Some faculty continue to focus on research throughout their careers—some even become more interested in it as they get older and understand their fields more fully. An important skill to have if one wants to be productive for a long time is the ability to always be forward-looking. To be influential, a research project should be one that people care about years after it is published rather than at the time it is written, so a scholar should try to envision the literature as it will be in the future rather than as it is today. You won’t always be right, but by focusing your efforts on areas with potential for growth rather than the “hot topics of today,” your work will be more likely to have a lasting impact.
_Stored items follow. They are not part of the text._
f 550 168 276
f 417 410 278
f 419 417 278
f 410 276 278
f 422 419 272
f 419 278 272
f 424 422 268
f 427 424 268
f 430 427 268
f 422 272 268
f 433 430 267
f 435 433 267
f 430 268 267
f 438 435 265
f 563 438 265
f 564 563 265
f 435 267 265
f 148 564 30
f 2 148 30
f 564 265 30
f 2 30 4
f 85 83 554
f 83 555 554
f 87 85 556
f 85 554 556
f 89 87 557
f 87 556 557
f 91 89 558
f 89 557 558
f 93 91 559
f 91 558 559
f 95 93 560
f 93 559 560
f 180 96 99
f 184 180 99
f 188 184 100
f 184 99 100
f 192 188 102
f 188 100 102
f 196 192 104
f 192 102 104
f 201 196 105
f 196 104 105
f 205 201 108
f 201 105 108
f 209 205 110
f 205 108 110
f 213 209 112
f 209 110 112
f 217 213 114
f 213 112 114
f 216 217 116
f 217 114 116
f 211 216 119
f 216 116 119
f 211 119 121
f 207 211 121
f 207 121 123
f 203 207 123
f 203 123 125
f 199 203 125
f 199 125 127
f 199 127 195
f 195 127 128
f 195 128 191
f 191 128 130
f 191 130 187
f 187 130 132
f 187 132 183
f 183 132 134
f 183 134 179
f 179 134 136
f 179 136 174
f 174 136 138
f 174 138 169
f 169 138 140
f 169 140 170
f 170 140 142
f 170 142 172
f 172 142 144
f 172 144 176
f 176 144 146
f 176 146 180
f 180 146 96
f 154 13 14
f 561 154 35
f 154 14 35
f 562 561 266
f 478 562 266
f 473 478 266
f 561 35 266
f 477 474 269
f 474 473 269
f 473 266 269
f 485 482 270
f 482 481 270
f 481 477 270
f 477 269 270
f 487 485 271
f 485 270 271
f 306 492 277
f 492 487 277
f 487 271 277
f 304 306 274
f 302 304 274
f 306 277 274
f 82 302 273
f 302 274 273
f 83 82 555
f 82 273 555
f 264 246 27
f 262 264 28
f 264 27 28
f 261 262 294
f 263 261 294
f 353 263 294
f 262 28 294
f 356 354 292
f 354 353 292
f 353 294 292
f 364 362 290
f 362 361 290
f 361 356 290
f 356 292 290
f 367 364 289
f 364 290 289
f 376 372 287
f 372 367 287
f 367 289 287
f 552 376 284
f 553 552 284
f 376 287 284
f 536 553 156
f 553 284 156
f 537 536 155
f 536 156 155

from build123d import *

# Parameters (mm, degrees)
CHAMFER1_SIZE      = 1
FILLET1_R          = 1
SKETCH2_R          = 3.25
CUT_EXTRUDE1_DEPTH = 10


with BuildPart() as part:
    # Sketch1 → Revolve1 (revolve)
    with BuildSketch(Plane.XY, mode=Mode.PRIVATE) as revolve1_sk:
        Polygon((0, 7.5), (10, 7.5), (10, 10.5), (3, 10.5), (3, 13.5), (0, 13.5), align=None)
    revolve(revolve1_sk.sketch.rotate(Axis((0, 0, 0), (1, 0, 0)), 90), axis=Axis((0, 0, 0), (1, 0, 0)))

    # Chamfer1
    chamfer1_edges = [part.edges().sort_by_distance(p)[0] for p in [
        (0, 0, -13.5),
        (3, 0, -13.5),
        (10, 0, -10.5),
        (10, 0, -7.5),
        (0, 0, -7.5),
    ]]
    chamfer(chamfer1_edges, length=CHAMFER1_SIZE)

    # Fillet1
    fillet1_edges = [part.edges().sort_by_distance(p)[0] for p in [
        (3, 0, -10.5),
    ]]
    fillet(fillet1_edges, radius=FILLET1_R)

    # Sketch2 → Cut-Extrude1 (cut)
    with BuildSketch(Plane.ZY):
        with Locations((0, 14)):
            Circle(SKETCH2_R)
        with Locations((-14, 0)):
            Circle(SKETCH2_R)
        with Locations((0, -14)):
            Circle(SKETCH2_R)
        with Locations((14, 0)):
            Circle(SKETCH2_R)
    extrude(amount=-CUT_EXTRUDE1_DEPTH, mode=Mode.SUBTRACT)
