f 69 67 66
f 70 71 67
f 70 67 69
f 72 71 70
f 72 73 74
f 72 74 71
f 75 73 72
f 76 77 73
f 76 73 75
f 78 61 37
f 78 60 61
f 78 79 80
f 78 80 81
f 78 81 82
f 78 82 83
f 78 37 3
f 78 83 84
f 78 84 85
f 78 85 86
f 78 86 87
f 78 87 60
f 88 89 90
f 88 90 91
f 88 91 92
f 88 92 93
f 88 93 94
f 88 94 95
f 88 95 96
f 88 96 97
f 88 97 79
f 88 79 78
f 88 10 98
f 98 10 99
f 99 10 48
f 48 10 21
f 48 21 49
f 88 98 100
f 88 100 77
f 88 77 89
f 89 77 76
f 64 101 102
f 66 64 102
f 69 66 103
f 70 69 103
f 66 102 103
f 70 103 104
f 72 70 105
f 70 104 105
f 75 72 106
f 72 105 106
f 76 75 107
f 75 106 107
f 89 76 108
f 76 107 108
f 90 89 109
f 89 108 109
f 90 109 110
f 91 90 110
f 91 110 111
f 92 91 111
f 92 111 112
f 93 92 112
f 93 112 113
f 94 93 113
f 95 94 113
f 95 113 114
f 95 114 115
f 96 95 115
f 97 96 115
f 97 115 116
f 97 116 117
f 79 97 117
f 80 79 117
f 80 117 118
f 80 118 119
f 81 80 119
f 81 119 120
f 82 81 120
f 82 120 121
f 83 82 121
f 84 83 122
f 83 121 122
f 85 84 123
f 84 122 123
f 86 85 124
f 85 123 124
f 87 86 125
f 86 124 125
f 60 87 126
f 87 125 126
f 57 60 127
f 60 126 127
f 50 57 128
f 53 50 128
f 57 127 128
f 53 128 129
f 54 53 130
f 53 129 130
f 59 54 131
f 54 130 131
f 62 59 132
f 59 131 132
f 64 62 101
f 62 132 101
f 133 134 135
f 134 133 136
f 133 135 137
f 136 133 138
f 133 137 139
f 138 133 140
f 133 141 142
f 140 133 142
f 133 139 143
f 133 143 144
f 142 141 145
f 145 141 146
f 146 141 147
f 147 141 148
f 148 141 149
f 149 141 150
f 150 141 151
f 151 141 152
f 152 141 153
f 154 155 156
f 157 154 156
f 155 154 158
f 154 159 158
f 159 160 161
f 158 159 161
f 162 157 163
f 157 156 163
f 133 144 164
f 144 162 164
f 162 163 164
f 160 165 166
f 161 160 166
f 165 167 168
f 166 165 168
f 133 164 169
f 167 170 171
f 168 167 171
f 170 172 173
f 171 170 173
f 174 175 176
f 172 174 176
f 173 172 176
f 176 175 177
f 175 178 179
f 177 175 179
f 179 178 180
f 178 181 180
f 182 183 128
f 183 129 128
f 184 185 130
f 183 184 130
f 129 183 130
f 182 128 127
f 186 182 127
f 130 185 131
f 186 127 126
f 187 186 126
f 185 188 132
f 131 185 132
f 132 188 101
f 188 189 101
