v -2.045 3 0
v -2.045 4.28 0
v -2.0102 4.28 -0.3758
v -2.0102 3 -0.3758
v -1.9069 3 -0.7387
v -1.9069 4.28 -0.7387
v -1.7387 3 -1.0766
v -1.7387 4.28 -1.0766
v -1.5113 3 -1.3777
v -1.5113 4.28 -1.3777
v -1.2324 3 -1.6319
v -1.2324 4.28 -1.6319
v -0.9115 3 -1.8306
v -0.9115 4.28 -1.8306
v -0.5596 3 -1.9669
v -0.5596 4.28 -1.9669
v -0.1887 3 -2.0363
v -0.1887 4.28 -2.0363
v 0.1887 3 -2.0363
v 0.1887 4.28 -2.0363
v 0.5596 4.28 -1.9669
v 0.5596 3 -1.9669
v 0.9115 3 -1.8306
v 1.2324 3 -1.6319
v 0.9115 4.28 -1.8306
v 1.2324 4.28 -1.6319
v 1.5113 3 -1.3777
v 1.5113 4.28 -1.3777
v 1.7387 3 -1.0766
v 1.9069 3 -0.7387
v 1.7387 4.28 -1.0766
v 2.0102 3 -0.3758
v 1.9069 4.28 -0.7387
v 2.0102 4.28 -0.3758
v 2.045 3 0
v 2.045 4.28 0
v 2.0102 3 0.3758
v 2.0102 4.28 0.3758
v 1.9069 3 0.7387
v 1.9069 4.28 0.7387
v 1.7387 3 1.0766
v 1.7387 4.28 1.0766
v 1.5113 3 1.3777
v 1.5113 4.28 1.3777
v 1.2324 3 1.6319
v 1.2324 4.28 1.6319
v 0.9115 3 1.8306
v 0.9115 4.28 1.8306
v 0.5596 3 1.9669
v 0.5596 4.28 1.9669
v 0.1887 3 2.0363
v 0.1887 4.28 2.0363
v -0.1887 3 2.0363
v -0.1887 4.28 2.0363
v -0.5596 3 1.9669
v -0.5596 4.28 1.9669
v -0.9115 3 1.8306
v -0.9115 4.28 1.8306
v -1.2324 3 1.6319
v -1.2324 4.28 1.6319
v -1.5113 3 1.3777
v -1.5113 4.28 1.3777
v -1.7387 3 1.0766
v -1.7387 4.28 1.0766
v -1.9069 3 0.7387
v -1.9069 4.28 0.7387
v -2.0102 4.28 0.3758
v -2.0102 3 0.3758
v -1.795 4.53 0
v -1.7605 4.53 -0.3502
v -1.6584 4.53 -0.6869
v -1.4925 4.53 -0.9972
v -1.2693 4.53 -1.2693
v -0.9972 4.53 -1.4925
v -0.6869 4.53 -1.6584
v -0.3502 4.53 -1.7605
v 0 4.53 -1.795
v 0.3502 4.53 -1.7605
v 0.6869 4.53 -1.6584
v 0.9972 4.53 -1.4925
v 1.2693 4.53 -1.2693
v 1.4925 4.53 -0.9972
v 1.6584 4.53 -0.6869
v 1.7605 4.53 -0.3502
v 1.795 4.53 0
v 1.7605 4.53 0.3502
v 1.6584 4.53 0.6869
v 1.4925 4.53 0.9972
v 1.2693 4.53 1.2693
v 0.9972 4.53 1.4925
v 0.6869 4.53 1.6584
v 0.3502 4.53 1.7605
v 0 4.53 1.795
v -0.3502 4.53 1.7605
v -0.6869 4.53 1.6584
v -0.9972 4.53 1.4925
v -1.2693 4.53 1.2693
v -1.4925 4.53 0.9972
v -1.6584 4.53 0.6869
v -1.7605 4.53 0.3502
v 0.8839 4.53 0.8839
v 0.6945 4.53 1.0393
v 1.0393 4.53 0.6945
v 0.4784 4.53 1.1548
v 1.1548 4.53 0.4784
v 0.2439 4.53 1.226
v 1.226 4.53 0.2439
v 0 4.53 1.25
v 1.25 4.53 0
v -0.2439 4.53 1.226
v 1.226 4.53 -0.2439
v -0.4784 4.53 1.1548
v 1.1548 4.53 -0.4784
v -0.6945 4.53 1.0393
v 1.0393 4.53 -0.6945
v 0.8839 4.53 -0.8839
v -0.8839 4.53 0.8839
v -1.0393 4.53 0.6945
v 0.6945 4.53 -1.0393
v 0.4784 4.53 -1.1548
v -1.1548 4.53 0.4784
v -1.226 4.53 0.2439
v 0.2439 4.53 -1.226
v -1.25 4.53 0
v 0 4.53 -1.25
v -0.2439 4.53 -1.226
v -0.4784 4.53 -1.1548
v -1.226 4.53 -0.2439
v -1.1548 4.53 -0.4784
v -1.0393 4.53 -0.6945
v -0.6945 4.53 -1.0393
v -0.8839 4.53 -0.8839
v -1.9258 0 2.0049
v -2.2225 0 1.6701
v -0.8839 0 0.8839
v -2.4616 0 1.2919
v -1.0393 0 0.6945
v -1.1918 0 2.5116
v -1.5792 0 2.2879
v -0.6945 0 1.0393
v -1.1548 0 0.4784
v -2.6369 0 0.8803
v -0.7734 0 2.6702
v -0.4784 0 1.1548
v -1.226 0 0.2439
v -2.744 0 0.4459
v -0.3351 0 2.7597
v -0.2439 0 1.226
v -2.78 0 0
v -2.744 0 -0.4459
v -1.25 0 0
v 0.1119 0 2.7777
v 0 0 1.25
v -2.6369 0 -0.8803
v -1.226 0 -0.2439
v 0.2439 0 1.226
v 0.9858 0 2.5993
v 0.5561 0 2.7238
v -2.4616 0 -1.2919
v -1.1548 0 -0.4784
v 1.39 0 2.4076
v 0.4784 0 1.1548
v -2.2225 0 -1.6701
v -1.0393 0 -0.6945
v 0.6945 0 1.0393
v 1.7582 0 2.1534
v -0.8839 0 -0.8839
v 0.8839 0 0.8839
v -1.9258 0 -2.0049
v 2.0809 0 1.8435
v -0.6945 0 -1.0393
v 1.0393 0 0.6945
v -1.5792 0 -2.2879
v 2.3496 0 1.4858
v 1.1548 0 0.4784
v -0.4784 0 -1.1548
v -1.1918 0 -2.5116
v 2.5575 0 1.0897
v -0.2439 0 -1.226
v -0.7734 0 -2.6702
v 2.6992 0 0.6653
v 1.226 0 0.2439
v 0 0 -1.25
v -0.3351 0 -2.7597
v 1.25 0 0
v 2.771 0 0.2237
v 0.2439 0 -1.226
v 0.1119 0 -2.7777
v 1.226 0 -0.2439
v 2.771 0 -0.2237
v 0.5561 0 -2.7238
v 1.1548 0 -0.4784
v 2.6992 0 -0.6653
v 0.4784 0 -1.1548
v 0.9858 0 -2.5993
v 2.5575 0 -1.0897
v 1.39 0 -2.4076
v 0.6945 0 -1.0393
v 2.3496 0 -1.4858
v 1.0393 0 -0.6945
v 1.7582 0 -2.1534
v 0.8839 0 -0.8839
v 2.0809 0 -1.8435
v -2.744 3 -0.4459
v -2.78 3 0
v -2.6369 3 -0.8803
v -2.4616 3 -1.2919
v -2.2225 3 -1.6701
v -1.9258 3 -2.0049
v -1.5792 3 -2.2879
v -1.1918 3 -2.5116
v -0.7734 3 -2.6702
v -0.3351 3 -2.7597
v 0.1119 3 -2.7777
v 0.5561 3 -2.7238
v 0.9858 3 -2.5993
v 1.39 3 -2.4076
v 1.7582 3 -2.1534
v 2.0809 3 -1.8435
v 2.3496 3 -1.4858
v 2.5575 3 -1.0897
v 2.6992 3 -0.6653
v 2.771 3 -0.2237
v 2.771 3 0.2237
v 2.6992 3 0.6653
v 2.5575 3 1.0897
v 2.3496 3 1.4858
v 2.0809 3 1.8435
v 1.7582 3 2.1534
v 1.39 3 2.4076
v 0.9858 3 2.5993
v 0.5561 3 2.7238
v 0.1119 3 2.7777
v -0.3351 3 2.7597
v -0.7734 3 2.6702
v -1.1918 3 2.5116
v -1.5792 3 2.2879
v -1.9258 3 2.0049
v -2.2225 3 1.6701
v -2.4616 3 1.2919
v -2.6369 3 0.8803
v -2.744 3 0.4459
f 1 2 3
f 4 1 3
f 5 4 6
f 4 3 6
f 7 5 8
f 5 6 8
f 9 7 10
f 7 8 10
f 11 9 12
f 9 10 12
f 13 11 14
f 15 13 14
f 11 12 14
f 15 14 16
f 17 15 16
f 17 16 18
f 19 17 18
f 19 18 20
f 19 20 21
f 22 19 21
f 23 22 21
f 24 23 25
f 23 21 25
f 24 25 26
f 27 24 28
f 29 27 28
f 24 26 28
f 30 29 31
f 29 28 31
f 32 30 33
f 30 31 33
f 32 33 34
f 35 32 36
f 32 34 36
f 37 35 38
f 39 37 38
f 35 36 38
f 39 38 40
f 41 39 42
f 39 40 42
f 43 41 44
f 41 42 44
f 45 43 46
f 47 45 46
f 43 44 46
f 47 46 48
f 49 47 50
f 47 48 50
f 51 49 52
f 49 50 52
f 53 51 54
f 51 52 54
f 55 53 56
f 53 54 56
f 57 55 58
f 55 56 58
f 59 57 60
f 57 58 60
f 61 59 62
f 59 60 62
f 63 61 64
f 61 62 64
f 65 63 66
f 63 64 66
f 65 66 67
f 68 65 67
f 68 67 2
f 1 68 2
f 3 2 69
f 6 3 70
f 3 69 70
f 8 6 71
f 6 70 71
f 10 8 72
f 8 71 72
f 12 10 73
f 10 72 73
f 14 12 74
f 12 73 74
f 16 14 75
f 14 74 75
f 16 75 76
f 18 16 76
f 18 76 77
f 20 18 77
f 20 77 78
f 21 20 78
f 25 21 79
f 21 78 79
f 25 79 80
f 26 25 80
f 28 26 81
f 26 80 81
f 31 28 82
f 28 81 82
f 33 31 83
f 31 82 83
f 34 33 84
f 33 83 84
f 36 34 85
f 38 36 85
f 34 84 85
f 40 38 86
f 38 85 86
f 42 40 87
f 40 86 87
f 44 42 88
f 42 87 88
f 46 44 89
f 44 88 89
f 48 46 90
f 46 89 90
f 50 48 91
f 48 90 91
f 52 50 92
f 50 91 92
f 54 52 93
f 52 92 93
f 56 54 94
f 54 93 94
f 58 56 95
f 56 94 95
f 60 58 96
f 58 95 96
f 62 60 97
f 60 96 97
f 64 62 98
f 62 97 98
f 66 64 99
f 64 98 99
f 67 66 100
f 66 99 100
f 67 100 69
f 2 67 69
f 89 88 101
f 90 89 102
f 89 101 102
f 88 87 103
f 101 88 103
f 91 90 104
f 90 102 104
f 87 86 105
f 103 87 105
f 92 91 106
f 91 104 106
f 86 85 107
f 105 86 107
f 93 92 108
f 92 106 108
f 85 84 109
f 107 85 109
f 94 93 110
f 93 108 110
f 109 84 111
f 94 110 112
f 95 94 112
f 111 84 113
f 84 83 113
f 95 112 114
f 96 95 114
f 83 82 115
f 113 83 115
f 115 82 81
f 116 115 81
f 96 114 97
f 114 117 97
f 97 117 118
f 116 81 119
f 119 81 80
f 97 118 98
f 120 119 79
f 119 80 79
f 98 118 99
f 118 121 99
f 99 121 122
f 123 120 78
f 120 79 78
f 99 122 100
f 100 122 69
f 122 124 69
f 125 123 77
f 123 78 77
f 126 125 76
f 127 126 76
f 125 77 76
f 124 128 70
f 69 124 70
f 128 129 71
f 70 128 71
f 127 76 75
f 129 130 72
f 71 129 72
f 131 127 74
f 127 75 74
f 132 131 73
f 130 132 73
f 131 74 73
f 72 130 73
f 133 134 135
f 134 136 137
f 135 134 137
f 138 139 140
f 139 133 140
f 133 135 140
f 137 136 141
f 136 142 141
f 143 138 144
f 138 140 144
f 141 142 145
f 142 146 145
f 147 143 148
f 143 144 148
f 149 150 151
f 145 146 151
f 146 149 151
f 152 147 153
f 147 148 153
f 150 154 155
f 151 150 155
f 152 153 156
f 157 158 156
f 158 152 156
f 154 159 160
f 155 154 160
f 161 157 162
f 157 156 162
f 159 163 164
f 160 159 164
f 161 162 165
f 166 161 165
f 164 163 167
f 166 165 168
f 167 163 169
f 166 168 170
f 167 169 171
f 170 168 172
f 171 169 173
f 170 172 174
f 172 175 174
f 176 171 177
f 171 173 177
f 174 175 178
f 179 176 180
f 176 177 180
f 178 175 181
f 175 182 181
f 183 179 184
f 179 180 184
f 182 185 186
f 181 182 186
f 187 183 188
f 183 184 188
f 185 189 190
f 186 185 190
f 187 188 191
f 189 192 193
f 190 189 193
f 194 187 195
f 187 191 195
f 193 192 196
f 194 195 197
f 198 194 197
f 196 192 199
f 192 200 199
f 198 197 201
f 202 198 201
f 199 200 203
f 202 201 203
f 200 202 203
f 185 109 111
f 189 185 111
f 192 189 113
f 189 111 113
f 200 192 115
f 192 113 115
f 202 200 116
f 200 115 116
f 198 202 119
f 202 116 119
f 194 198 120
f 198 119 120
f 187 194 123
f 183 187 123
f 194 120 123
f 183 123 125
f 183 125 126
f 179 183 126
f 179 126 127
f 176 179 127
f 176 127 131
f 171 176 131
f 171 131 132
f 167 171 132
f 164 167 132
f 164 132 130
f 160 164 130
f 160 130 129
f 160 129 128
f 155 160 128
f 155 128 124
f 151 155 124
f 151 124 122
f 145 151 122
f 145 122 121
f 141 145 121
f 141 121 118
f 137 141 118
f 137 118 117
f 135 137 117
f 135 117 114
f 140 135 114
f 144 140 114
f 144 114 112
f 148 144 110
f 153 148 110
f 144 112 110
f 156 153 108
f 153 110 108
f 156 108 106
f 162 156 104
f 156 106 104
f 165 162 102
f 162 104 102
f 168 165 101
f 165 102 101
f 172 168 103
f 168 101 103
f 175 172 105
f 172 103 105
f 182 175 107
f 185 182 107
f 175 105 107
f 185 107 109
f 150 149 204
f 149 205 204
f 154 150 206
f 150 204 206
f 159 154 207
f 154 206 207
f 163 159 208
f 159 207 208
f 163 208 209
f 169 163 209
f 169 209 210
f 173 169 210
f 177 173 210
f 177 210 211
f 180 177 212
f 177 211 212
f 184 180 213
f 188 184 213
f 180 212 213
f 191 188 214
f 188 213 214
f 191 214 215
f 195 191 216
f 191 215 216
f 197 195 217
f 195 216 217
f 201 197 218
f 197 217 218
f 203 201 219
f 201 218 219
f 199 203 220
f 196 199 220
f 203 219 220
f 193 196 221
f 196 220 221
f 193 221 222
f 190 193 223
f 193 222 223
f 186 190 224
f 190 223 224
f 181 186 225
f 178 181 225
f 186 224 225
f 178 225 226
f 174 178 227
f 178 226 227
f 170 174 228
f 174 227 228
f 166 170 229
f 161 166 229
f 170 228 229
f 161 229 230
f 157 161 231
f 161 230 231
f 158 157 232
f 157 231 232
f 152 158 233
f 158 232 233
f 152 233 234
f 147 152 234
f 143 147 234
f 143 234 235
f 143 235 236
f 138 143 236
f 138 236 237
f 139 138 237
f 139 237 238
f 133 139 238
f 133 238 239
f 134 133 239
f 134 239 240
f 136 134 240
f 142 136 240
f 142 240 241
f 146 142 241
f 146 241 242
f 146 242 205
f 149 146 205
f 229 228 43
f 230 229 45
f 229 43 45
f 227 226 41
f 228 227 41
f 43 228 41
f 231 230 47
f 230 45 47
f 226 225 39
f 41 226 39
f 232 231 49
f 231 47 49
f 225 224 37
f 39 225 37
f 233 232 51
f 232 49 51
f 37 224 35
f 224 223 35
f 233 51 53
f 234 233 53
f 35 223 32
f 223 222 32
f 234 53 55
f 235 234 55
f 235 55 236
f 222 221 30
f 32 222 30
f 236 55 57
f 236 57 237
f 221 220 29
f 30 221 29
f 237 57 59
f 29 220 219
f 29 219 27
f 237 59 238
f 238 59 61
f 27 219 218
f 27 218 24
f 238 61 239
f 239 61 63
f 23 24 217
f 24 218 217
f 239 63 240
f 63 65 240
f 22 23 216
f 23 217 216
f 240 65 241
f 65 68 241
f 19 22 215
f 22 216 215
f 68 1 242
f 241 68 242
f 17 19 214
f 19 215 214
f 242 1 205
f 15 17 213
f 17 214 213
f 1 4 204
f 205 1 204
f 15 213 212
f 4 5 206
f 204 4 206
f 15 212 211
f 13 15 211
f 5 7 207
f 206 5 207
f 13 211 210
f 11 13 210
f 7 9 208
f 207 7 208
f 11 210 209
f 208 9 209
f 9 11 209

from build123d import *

# Parameters (mm, degrees)
TIP_CHAMFER_SIZE = 0.25
M3_TAPPED_HOLE_D = 2.5


with BuildPart() as part:
    # Body Sketch → Body Revolve (revolve)
    with BuildSketch(Plane.XY, mode=Mode.PRIVATE) as body_revolve_sk:
        Polygon((0, 0), (2.78, 0), (2.78, 3), (2.045, 3), (2.045, 4.53), (0, 4.53), align=None)
    revolve(body_revolve_sk.sketch.rotate(Axis((0, 4.53, 0), (0, -1, 0)), 180), axis=Axis((0, 4.53, 0), (0, -1, 0)))

    # Tip Chamfer
    tip_chamfer_edges = [part.edges().sort_by_distance(p)[0] for p in [
        (2.045, 4.53, 0),
    ]]
    chamfer(tip_chamfer_edges, length=TIP_CHAMFER_SIZE)

    # M3 Tapped Hole (through all)
    with Locations(Plane(origin=(0, 0, 0), x_dir=(-1, 0, 0), z_dir=(0, -1, 0))):
        with Locations((0, 0)):
            Hole(M3_TAPPED_HOLE_D / 2)


solid = part.part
That said, given that research output peaks in most academics’ younger years, it is important to have a plan to keep your life interesting even if your research slows down. Some faculty move into administration as they age—an excellent way to contribute to a university. Others get more excited about teaching. Advising students can be particularly rewarding, especially when the advising leads a faculty member to form a lasting bond with a student. Some scholars write textbooks and teach extra courses, sometimes for additional compensation. Some become public intellectuals who contribute to the public discourse in their area of expertise. Consulting is yet another way that an academic can keep life interesting. Establishing yourself as an expert in a particular area that is in high demand by the private sector or the government can lead to a rewarding and profitable business.

If you focus your professional life on any of these—or other—options, you can avoid falling into a rut and not enjoying your professional life. But pursuing them requires an investment of your time and effort. For example, to remain capable of state-of-the-art research, you must work to keep up with the latest techniques and issues that other people care about. Similarly, earning income through extra teaching requires an up-front investment in developing a new and distinct course and marketing it. To become a successful administrator, you need to demonstrate interests in whatever positions come up. Taking a less visible position—such as serving as the assistant head of a small program in your department or as an adviser to a student group—is important as a way to gain experience and pave the way to eventually becoming a department head or dean. And consulting opportunities usually don’t appear magically. An academic who wishes to establish a consulting business usually has to develop it over time by investing in specialized knowledge that practitioners are willing to pay for and by cultivating relationships with industry professionals that will allow them to exploit this knowledge.

As a scholar, you should learn early in your career that academic life can be characterized by the expression “You are the CEO of your own life.” You will be happiest if you go about your career with a purpose, rather than just drifting toward whatever seems interesting at the time. You should spend time thinking about what your options are likely to be in the future, as well as what investments in human capital you’ll need to make to pursue the options you find attractive. The investments that will make your life more interesting in the future are likely to be well worth their cost.